Una misión espacial, de Space X y la NASA, que iba a poner cuatro astronautas fuera de la estratósfera durante seis meses, suspendida a pocos minutos antes del despegue –alegaron fallas en el líquido de ignición-. Un descubrimiento, difundido luego en la Revista Nature, donde el Telescopio Espacial James Webb de la NASA, permitió vislumbrar 100 billones de estrellas. Y hete aquí la sorpresa: a través de rayos infrarojos el telescopio es capaz de detectar galaxias que existieron hace 13.500 millones de años luz, en los albores del big bang. Y mientras esperaban encontrar estrellas jóvenes, el telescopio les devolvió la imagen de constelaciones más maduras de lo que daba todo cálculo.
Conclusión: nadie tiene idea a ciencia cierta, ni qué hay allá fuera. Ni cuándo comenzó el universo. Ni cómo realmente ha sucedido todo.
No llama la atención que el cielo se siga escurriendo de nuestro entendimiento. Lo más curioso es que el ser humano siga actuando como si se las sabe todas. A pesar de que, como vimos, sólo sabe que no sabe nada.
Cada vez miramos hacia arriba, es como si aún fuéramos niños en el universo. Y, de hecho, lo somos. Y, claro está, todo niño tiene la soberbia propia de la ignorancia.

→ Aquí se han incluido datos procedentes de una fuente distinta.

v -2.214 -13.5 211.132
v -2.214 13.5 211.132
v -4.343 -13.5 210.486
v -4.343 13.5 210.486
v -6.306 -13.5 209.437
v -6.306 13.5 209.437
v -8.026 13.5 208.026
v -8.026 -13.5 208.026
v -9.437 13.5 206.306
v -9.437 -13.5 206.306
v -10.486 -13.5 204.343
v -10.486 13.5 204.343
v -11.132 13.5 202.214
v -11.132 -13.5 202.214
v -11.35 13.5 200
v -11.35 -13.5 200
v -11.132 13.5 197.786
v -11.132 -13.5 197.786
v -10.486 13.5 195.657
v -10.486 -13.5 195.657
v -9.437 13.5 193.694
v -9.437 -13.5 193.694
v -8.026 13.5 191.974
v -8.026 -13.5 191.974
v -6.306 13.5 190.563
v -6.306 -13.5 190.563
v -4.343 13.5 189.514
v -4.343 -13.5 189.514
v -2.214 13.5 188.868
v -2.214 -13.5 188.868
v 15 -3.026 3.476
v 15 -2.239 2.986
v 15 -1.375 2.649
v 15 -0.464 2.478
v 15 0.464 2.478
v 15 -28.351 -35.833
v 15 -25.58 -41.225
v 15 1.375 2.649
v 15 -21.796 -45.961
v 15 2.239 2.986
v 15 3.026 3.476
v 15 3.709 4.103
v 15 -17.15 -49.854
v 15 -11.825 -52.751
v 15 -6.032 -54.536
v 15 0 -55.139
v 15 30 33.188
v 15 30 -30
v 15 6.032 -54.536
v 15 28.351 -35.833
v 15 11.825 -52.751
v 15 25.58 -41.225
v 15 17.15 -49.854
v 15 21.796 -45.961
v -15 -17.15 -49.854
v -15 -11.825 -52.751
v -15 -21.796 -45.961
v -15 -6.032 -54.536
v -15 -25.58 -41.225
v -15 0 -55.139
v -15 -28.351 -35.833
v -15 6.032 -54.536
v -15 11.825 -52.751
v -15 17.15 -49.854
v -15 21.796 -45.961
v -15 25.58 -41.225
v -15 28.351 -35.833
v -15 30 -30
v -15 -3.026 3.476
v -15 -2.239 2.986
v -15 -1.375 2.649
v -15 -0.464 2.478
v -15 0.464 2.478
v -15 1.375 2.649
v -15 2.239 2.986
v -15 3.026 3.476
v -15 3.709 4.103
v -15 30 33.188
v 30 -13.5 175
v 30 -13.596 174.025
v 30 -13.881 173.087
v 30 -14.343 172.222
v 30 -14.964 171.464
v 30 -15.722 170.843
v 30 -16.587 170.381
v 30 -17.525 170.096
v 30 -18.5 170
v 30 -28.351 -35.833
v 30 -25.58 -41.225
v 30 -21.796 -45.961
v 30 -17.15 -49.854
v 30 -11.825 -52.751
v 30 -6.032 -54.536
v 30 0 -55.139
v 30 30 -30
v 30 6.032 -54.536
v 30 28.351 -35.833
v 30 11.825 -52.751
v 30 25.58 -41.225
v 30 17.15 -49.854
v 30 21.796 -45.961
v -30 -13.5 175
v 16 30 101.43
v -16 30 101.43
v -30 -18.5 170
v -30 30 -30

El ser humano sigue siendo un bichito nuevo. Un retoño de animalito, pastando en el tablero de Dios. Saca conjeturas erradas. Le cuesta hacer foco y disciplinarse. Siempre quiere más. Y sobre todo, se la pasa rompiendo todo lo que viene a la vista: en este caso, el propio planeta Tierra.
Admitámoslo: estamos más para el jardín de infantes que para la universidad. Más para el chupete que para jugar a ser astrónomos. Somos bebés de pecho disfrazados de adultos. Debe ser por eso que los seres de otros planetas, más ancianos, más sabios, se resisten a venir a darnos una mano. No querrán, imaginamos, perder tiempo con niños que cagan todo lo que tocan. Y rompen todo lo que se les da. Mejor dejarnos solos luchando contra nosotros mismos, en un confín del espacio, a ver si, de alguna buena vez, aprendemos la lección.